# Ft. Collins FT



## Paul Rainbolt (Sep 8, 2003)

How's the weather?


----------



## Kevin Eskam (Mar 2, 2007)

It was Hot and really hot for Judy Aycock who recieved a couple ribbons,, One was a pretty blue for a QAA 1st place, I dont know the others but Larry Howell recieved a reserve Jam... I think Judy was 4rth too with Ed As doggy.


----------



## Tom Watson (Nov 29, 2005)

It was warm, but without the oppressive humidity we have in Texas. In fact, very pleasant in the shade. 45 back to the Open land blind on Sat morning. Sorry the numbers are downstairs in the Tahoe. Nice folks here in Colorado.


----------



## BonMallari (Feb 7, 2008)

description of this morning's land blind relayed by someone who is there:

approx 400yds behind a knoll when the dog is released you lose sight of the dog for almost the first 75yds. the handler is allowed to walk/run/sprint some 30-40 yds up the hill to get sight of the dog...there is also a bird boy off to one side sitting on some bird crates that fires a dry pop...test dog # 2 is running , Test dog # 1 was picked up


----------



## BonMallari (Feb 7, 2008)

the test is running pretty quick...Nola was the 8th dog to run and she did the blind in 4 whistles...at this pace they should get through this by noon


----------



## Bayou Magic (Feb 7, 2004)

Any open callback numbers?


----------



## Jiggy (Apr 14, 2003)

Open callbacks to 3rd:
3,11,14,15,16,23,26,29,33,35,36,45,46,57,58,60,62,66,67,
68,69,70,75,80

Second hand...


----------



## LukesMom (Sep 8, 2009)

Anyone? Qual results?


----------



## EdA (May 13, 2003)

LukesMom said:


> Anyone? Qual results?


1st Trumarc's Gymnast 2nd win, O Judy A & Sylvia M H Judy
2nd ?
3rd ?
4th Trumac's Tubby Two O Ed A H Judy A
sorry that's all I know


----------



## BonMallari (Feb 7, 2008)

Jiggy said:


> Open callbacks to 3rd:
> 3,11,14,15,16,23,26,29,33,35,36,45,46,57,58,60,62,66,67,
> 68,69,70,75,80
> 
> Second hand...


3rd series is a water blind with a poison bird...my source has not seen the test because he has opted to stay out of the summer heat and stay in the confines of an air conditioned RV


----------



## Blackdog (Feb 12, 2010)

My understanding of the Open water blind is that 2 poison birds were used, one place on the ground Without the dog seeing it and a second hand thrown with a shot. Unless I am mistaken, the rule was changed a couple of years ago making it illegal to have a poison bird on the ground without the dog having an opportunity to see it. It was changed to avoid penalizing a dog for honoring its noise.

Any comments appreciated!


----------



## Paul Rainbolt (Sep 8, 2003)

Blackdog said:


> My understanding of the Open water blind is that 2 poison birds were used, one place on the ground Without the dog seeing it and a second hand thrown with a shot. Unless I am mistaken, the rule was changed a couple of years ago making it illegal to have a poison bird on the ground without the dog having an opportunity to see it. It was changed to avoid penalizing a dog for honoring its noise.
> 
> Any comments appreciated!


There have been extensive debate on the subject. You are correct Blackdog, planted poison bird blind is against the rules. What is not against the rules is giving the handler the order in which a double blind is to be picked up. 

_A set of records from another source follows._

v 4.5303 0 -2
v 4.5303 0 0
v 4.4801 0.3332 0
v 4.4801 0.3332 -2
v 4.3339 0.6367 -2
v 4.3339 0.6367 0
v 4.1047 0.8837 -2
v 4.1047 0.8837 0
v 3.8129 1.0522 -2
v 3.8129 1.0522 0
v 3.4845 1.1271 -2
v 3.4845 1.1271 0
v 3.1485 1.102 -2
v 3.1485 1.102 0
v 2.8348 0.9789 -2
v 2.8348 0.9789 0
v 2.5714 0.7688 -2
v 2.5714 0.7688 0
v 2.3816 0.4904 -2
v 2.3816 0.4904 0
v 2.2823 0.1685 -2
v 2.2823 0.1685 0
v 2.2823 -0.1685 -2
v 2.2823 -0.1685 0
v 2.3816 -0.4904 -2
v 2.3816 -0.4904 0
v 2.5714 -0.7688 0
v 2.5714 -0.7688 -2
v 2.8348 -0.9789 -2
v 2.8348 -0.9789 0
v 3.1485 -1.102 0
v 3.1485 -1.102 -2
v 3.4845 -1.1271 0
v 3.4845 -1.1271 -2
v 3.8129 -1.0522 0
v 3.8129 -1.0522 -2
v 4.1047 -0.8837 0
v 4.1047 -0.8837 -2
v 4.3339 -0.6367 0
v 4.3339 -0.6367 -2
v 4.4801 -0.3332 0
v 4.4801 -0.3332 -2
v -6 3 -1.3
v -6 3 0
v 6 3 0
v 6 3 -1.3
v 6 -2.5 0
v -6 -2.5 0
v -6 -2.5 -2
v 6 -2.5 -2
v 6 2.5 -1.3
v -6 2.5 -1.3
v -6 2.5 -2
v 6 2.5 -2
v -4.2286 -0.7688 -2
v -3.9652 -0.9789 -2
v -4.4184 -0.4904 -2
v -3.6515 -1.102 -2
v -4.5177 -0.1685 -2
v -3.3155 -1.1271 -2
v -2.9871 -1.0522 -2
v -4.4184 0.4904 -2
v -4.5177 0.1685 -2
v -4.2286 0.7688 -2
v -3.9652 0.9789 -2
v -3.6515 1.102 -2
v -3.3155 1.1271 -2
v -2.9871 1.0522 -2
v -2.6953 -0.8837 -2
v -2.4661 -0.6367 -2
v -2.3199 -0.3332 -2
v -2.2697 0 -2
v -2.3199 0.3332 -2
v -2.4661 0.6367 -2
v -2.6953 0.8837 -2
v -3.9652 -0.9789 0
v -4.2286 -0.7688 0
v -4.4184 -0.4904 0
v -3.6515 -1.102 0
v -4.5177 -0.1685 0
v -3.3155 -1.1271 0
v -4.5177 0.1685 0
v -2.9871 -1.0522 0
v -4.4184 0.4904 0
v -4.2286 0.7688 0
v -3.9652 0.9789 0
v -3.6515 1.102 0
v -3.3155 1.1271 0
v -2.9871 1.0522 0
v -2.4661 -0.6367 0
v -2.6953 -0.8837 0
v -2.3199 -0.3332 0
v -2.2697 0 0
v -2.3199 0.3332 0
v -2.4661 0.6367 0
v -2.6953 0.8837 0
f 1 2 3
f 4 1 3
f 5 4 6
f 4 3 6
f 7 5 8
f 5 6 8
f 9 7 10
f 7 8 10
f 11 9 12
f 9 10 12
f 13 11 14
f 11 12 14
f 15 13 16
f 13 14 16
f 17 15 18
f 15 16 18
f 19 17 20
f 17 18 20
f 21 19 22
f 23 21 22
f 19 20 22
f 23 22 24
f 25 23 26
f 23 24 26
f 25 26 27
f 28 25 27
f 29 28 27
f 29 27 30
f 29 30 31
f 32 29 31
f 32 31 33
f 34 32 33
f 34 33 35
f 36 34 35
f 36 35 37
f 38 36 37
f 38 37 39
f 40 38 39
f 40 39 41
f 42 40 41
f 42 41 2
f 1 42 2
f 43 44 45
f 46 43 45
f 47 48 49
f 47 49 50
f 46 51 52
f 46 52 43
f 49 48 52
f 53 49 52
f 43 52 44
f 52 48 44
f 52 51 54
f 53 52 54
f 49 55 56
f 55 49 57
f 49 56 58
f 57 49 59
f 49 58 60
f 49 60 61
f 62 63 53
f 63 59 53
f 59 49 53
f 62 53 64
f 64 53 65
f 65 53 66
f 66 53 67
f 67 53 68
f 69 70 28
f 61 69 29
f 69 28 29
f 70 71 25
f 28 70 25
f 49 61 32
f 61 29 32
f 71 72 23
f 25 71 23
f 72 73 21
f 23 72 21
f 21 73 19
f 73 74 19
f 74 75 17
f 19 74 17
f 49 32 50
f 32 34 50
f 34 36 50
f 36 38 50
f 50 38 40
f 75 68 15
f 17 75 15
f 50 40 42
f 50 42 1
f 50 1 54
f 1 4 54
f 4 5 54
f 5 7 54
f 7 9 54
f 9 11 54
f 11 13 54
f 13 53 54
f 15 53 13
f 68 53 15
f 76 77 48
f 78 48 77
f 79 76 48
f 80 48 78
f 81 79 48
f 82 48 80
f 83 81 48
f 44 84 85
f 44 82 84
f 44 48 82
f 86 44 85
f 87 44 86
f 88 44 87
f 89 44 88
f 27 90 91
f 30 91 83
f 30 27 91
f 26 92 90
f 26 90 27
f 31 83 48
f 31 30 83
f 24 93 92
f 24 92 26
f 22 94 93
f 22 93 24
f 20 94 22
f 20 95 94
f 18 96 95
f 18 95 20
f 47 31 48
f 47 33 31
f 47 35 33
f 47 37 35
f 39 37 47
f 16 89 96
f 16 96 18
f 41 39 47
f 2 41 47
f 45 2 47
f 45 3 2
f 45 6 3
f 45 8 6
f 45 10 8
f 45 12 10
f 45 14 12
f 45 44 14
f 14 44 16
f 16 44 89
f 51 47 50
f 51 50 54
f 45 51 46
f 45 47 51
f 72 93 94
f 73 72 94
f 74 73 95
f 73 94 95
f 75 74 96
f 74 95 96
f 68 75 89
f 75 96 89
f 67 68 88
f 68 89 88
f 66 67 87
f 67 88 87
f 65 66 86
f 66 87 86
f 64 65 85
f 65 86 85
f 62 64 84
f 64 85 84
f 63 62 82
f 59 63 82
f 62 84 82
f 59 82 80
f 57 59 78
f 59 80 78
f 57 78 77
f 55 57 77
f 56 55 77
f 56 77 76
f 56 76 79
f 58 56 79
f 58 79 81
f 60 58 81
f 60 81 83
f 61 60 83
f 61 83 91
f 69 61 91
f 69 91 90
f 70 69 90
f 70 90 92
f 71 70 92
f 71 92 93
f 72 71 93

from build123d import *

# Parameters (mm, degrees)
SKETCH1_W      = 12
SKETCH1_H      = 5.5
EXTRUDE1_DEPTH = 2
SKETCH2_R      = 1.1303
EXTRUDE2_DEPTH = 3
SKETCH3_W      = 0.7
SKETCH3_H      = 0.5
EXTRUDE3_DEPTH = 13


with BuildPart() as part:
    # Sketch1 → Extrude1 (new body)
    with BuildSketch(Plane.XY):
        with Locations((0, 0.25)):
            Rectangle(SKETCH1_W, SKETCH1_H)
    extrude(amount=-EXTRUDE1_DEPTH)

    # Sketch2 → Extrude2 (cut, through all)
    with BuildSketch(Plane.XY):
        with Locations((-3.4, 0)):
            Circle(SKETCH2_R)
        with Locations((3.4, 0)):
            Circle(SKETCH2_R)
    extrude(amount=-EXTRUDE2_DEPTH, mode=Mode.SUBTRACT)

    # Sketch3 → Extrude3 (cut, through all)
    with BuildSketch(Plane(origin=(6, 0, 0), x_dir=(0, 0, -1), z_dir=(1, 0, 0))):
        with Locations((1.65, 2.75)):
            Rectangle(SKETCH3_W, SKETCH3_H)
    extrude(amount=-EXTRUDE3_DEPTH, mode=Mode.SUBTRACT)


solid = part.part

Honor the nose on blind retrieves = smells bird and gose out of control on a blind retrieve (MHO of course).


----------



## Jim Pickering (Sep 17, 2004)

Blackdog said:


> My understanding of the Open water blind is that 2 poison birds were used, one place on the ground Without the dog seeing it and a second hand thrown with a shot. Unless I am mistaken, the rule was changed a couple of years ago making it illegal to have a poison bird on the ground without the dog having an opportunity to see it. It was changed to avoid penalizing a dog for honoring its noise.
> 
> Any comments appreciated!


Under the SOR's micro management philosophy the recent rule change that makes the test as described illegal is:

A diversionary bird or birds, (but not more than two)
may be used as a diversion in a blind retrieve, but only
if the diversionary bird (or birds) is/are thrown or shot
so that the running dog has a clear view of each such
diversionary bird as it is thrown or shot. No bird which
the running dog does not see may be placed and hidden
on the general path to a blind. Nothing in this provision
precludes the use of visible flyer crates, bagged
birds, placed at the location of previous gun stations, or
bird throwers as diversions from the blind.

Hopefully the test description was faulty or something lost in translation.


----------



## Blackdog (Feb 12, 2010)

Thanks, Jim. You are right on target as usual. *If it is as described*, The test should be scrapped and started over in the morning regardless of a complaint! All participatants are entitled to run under retriever standards.


----------



## Ted Shih (Jan 20, 2003)

The following facts were reported to me:

1) A bird was laid on the ground near the tip of a point as a poison bird.
2) A bird was thrown short of that bird as a poison bird.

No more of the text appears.